I am trying to learn port this with some minor tweaks. Here’s my current implementation which is giving me an `ERROR: MethodError: Cannot `convert` an object of type Float64 to an object of type Array{Float64,1}`:

``````function Kmeans(X, k; max_iters = 300, tol = 1e-5)
# Reshape 2D array to a 1D array with length of all training examples
# where each example is of size (n, ) ie the new array is just a list of example array
X_array_list = collect(eachrow(X))

# Save some info on the incoming data
N = length(X_array_list)  # Length of all training examples
n = length(X_array_list)  # Length of a single training example
distances = zeros(N)  # Empty vector for all training examples. Useful later

# Step 1: Random initialization
reps_centroids = [zeros(n) for grp = 1:k]  # Initiate centroids for each
labels = rand(1:k, N)  # Randomly assign labels (between 1 to k) to all training examples

J_previous = Inf

for iter = 1:max_iters

# Step 2: Update the representative centroids for each group
for j = 1:k
# get group indices for each group
group_idx = [i for i = 1:N if labels[i] == j]
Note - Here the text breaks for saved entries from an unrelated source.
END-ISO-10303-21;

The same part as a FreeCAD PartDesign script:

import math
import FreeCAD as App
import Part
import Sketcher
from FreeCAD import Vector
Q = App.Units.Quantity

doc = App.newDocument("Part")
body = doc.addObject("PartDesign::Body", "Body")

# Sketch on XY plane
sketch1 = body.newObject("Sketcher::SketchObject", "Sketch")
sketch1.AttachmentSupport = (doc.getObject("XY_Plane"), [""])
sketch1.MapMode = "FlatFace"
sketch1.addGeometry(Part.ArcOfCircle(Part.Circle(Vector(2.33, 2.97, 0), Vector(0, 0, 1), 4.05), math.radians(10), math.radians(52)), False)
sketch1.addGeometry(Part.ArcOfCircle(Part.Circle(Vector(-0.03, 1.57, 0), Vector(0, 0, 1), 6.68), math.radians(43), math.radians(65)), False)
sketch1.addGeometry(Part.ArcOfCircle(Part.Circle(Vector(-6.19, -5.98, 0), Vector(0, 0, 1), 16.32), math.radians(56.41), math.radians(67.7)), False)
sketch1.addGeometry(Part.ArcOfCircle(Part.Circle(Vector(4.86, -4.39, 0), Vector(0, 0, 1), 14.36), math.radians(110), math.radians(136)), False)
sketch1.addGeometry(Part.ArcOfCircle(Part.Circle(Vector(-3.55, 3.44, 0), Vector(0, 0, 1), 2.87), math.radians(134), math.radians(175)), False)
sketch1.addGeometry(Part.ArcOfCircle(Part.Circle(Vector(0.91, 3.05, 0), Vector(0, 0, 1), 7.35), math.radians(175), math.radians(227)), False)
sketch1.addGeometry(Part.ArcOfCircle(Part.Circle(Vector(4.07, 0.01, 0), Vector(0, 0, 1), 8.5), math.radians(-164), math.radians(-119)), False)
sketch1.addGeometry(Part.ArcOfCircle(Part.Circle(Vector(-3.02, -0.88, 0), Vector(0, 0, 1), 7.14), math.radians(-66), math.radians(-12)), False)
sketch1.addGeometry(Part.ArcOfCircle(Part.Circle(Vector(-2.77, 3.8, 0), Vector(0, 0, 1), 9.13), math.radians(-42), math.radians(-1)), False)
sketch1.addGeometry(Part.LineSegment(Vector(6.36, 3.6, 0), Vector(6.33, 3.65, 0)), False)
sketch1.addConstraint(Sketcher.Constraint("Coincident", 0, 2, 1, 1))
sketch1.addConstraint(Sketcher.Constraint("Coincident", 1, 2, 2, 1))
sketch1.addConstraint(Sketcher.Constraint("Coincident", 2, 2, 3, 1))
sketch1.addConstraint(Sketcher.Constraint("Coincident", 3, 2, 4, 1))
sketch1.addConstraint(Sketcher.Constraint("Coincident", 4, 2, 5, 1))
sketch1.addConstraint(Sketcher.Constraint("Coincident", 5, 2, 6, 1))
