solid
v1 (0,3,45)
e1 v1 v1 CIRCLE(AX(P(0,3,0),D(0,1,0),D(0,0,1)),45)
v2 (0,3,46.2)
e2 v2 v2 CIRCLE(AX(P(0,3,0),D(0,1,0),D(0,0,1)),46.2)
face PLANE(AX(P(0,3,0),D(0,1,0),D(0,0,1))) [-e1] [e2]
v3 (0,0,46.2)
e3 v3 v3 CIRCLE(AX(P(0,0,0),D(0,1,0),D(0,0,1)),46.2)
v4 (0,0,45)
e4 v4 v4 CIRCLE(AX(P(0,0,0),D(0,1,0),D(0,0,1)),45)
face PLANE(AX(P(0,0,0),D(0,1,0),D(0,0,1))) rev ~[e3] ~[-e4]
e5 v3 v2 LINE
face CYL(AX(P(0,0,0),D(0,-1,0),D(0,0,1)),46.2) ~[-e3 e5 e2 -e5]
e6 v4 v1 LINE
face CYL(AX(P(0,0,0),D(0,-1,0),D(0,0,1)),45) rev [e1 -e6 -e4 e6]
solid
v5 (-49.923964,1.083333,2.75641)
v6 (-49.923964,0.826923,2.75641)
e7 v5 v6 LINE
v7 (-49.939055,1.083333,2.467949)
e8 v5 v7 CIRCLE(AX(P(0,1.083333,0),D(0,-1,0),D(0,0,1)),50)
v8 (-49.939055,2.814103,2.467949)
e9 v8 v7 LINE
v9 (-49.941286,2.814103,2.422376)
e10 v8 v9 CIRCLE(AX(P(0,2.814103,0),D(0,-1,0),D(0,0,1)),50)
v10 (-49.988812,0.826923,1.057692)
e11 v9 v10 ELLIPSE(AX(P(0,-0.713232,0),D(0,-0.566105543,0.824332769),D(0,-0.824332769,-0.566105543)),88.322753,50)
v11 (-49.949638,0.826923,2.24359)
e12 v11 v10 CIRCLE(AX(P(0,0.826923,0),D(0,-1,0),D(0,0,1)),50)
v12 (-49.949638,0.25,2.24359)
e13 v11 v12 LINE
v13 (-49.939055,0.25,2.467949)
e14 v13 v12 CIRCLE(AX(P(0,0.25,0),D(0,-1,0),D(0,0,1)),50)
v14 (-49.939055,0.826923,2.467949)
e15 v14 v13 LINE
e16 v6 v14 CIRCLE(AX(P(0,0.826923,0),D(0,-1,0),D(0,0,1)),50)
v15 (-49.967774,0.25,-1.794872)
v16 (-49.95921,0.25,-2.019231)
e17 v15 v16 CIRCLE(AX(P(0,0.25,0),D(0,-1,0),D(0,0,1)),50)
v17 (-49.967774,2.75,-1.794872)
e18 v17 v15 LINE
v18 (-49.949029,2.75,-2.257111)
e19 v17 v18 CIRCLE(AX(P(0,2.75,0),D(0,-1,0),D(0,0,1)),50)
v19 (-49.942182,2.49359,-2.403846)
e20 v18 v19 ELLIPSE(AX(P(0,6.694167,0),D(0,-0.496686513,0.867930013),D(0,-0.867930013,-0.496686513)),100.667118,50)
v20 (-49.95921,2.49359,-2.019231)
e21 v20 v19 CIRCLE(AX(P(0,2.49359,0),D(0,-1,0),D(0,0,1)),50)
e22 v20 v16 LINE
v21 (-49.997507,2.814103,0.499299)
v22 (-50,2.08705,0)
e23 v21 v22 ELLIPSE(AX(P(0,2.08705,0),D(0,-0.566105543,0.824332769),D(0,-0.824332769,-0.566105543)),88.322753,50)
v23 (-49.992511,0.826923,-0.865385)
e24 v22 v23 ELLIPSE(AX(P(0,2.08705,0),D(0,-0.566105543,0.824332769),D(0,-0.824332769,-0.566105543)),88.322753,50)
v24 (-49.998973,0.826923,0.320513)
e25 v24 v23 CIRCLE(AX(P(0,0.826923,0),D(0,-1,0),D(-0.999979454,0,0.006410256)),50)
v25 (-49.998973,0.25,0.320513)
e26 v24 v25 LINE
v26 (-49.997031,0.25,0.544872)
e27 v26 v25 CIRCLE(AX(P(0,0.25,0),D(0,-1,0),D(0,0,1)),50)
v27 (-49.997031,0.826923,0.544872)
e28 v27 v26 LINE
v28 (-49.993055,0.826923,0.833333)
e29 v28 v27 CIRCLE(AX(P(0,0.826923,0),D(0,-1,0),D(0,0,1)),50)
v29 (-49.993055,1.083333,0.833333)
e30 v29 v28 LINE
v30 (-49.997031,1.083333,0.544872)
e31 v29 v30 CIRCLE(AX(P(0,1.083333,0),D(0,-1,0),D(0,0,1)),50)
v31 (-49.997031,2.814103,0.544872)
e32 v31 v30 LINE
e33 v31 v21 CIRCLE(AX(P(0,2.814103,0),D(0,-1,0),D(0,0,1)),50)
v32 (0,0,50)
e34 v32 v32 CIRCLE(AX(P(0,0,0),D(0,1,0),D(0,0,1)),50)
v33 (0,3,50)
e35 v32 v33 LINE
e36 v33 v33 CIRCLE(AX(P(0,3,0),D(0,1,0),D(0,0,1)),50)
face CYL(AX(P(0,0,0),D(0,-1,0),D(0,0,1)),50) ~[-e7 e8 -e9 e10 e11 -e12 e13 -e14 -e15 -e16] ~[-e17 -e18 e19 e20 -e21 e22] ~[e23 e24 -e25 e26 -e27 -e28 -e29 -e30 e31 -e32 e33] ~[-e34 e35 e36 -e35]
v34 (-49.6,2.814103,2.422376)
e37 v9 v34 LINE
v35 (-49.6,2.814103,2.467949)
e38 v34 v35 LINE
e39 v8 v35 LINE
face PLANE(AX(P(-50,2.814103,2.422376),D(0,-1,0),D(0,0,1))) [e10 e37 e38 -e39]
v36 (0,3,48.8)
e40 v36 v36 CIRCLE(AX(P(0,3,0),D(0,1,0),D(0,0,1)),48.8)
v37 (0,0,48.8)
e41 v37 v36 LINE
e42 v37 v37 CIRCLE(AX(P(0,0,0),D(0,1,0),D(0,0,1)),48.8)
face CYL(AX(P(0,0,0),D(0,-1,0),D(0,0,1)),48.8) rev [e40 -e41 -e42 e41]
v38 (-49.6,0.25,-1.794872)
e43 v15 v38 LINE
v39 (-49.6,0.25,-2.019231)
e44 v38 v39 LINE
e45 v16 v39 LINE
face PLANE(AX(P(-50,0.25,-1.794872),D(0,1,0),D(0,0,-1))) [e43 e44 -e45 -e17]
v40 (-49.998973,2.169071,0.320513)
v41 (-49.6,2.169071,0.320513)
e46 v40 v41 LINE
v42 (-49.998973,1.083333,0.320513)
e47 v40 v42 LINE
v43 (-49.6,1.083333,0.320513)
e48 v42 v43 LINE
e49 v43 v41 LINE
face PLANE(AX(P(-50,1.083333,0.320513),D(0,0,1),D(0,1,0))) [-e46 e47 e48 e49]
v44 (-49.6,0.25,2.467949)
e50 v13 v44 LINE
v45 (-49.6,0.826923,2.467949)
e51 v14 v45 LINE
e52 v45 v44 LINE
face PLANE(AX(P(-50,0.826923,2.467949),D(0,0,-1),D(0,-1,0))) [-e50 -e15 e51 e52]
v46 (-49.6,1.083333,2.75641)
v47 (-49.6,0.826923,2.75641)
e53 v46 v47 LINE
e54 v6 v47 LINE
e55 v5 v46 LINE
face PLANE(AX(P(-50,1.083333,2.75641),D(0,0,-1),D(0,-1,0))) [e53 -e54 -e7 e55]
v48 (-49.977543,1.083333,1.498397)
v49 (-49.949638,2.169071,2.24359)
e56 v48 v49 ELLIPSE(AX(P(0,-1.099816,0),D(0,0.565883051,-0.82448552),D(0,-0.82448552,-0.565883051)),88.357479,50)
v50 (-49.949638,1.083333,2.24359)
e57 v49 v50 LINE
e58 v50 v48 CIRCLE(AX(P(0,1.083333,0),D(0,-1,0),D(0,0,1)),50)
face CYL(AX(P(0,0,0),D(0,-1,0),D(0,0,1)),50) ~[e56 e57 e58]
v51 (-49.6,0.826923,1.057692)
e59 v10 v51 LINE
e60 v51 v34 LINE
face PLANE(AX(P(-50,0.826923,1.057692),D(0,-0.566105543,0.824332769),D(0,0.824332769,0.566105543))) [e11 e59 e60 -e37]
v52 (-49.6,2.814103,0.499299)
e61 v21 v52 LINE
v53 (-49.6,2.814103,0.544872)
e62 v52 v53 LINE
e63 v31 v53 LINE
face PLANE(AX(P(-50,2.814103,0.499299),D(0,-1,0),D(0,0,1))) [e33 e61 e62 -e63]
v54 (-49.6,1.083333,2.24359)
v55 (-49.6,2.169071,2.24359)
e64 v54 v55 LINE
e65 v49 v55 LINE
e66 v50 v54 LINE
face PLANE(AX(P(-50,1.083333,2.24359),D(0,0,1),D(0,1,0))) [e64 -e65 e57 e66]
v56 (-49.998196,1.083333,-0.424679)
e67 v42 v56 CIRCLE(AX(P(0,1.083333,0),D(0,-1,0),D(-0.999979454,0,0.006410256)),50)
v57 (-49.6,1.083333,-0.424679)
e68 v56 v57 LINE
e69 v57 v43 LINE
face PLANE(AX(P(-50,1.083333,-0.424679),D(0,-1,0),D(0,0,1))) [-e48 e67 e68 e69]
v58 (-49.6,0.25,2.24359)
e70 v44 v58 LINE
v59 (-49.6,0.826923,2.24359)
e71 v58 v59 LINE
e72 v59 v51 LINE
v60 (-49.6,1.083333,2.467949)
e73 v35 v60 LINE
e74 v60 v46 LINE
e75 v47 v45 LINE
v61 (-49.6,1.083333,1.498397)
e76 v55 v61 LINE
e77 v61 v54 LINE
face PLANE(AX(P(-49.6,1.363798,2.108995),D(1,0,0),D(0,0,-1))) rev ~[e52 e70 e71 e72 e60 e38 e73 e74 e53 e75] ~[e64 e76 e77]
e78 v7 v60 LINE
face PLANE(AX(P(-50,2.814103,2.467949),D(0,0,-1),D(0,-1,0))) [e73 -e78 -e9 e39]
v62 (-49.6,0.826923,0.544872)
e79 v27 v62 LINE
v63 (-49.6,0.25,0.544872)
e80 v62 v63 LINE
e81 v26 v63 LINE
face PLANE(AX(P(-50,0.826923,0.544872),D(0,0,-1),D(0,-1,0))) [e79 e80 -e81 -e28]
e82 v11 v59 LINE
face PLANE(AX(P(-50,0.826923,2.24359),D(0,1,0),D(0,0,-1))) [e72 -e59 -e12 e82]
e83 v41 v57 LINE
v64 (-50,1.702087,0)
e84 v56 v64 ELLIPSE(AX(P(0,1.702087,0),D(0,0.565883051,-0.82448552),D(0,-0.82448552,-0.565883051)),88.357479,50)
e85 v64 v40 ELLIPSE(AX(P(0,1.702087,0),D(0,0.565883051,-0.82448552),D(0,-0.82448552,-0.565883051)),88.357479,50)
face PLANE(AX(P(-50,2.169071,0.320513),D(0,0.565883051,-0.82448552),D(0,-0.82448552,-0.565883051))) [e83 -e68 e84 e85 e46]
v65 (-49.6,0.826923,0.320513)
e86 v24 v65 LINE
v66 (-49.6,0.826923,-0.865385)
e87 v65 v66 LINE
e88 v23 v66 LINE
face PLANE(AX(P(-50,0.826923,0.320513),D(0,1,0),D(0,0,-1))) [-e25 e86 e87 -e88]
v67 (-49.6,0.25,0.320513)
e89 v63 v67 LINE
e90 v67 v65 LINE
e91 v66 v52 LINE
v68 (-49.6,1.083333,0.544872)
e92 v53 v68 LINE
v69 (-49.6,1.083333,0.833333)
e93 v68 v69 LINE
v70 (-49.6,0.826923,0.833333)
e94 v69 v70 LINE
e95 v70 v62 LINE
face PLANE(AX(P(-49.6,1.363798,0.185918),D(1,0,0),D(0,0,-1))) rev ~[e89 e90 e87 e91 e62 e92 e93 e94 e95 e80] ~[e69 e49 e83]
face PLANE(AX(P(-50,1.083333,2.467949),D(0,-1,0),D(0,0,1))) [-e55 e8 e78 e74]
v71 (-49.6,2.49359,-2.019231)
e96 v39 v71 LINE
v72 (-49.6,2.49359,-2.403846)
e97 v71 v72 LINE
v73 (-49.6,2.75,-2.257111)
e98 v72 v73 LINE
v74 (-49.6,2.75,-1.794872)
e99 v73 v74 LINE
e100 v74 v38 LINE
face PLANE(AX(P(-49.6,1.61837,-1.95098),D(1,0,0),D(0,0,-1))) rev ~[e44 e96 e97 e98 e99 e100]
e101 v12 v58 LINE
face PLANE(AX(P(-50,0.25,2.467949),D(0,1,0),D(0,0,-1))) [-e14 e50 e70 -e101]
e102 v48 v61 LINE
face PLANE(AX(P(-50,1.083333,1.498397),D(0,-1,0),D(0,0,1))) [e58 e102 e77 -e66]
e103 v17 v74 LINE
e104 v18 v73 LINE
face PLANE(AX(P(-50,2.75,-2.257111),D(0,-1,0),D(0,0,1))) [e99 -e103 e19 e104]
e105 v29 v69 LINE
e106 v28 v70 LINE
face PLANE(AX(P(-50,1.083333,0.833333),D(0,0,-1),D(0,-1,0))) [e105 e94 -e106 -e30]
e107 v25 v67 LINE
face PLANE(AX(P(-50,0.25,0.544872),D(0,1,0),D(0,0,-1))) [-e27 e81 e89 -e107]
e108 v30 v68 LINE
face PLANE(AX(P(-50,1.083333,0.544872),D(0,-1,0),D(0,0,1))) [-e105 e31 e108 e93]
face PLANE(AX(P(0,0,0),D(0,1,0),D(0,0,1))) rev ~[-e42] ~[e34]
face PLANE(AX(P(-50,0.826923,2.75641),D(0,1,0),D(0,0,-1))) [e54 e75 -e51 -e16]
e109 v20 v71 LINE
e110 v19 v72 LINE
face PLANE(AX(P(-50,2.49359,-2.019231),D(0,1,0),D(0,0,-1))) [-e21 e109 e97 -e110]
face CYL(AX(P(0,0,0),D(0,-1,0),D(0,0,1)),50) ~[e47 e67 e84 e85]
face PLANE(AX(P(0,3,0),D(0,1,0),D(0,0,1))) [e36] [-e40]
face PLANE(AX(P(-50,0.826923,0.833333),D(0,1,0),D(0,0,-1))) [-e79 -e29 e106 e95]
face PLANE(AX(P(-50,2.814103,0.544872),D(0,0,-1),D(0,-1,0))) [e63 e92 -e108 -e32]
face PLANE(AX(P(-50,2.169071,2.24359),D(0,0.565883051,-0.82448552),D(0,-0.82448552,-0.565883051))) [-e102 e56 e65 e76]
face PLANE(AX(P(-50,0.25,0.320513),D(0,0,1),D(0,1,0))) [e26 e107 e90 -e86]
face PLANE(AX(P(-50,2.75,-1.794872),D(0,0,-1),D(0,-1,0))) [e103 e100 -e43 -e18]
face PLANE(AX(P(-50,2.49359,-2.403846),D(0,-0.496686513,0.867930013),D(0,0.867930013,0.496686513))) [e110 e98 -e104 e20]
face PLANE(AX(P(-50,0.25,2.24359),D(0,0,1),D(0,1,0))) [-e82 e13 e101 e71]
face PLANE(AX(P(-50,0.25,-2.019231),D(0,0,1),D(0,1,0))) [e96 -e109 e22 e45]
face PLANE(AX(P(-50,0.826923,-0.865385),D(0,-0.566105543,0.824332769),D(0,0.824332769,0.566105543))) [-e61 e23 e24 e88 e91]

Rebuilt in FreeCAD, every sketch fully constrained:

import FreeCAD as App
import Part
import Sketcher
Q = App.Units.Quantity


def add_polygon(sketch, points):
    """Adds a closed chain of lines whose ends are joined by coincident constraints."""
    first, n = sketch.GeometryCount, len(points)
    for a, b in zip(points, points[1:] + points[:1]):
        sketch.addGeometry(Part.LineSegment(App.Vector(*a, 0), App.Vector(*b, 0)), False)
    for i in range(n):
        sketch.addConstraint(Sketcher.Constraint("Coincident", first + i, 2, first + (i + 1) % n, 1))

doc = App.newDocument("Part")
body = doc.addObject("PartDesign::Body", "Body")

# Sketch on XZ plane
sketch1 = body.newObject("Sketcher::SketchObject", "Sketch")
sketch1.AttachmentSupport = (doc.getObject("XZ_Plane"), [""])
sketch1.MapMode = "FlatFace"
sketch1.addGeometry(Part.Circle(App.Vector(0, 0, 0), App.Vector(0, 0, 1), 46), False)
sketch1.addGeometry(Part.Circle(App.Vector(0, 0, 0), App.Vector(0, 0, 1), 45), False)
sketch1.addConstraint(Sketcher.Constraint("Coincident", 0, 3, -1, 1))
sketch1.addConstraint(Sketcher.Constraint("Coincident", 1, 3, -1, 1))
sketch1.addConstraint(Sketcher.Constraint("Diameter", 1, Q("90 mm")))
sketch1.addConstraint(Sketcher.Constraint("Diameter", 0, Q("92.4 mm")))
pad1 = body.newObject("PartDesign::Pad", "Pad")
pad1.Profile = sketch1
pad1.Length = 3
pad1.Reversed = True
body2 = doc.addObject("PartDesign::Body", "Body001")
# use group indices to locate each group
reps_centroids[j] = mean(X_array_list[group_idx]);
end;

# Step 3: Update the group labels
for i = 1:N
# compute the distance between each example and the updated representative centroid
nearest_rep_distance = [norm(X_array_list[i] - reps_centroids[x]) for x = 1:k]

# update distances and label arrays with value and index of closest neighbour
# findmin returns the min value & index location
distances[i], labels[i] = findmin(nearest_rep_distance)
end;

# Step 4: Compute the clustering cost
J = (norm(distances)^ 2) / N

# Show progress and terminate if J stopped decreasing.
println("Iteration ", iter, ": Jclust = ", J, ".")

# Final Step 5: Check for convergence
if iter > 1 && abs(J - J_previous) < (tol * J)
# TODO: Calculate the sum of squares

# Terminate algorithm with the assumption that K-means has converged
return labels, reps_centroids

end

J_previous = J
end

end

Kmeans(X, 3)
``````

I have been scratching my head for 2 hours now as I can see where the error is coming from. What am I missing? Thanks in advance.

UPDATE: Bug has been fixed now Does the second version prints anything? Could you point the line of the function in which your code breaks? Providing an easier testable version that generates random data instead of loading with pycall might help others to test your code.

It breaks on `reps_centroids[j] = mean(X[group_idx]);`

I guess I failed to change the variable names It looks like `reps_centroids` is a vector of vectors. But you are setting elements of it to `mean(...)`, which is a scalar.

I’m not sure exactly the goals of your code so it’s difficult to give you more concrete help. But I think that’s your problem. Solutions might be to initialize `reps_centroids = [0 for grop = 1:k]`, or maybe you want your call to `mean` to actually return a vector of means. In which case you have to broadcast.

It’s been fixed now. The problem actually is that I failed to update calls to X_array_list after I changed the that variable name. And yes, the centroids is a vector of vectors and mean correctly assigns a vector for each group.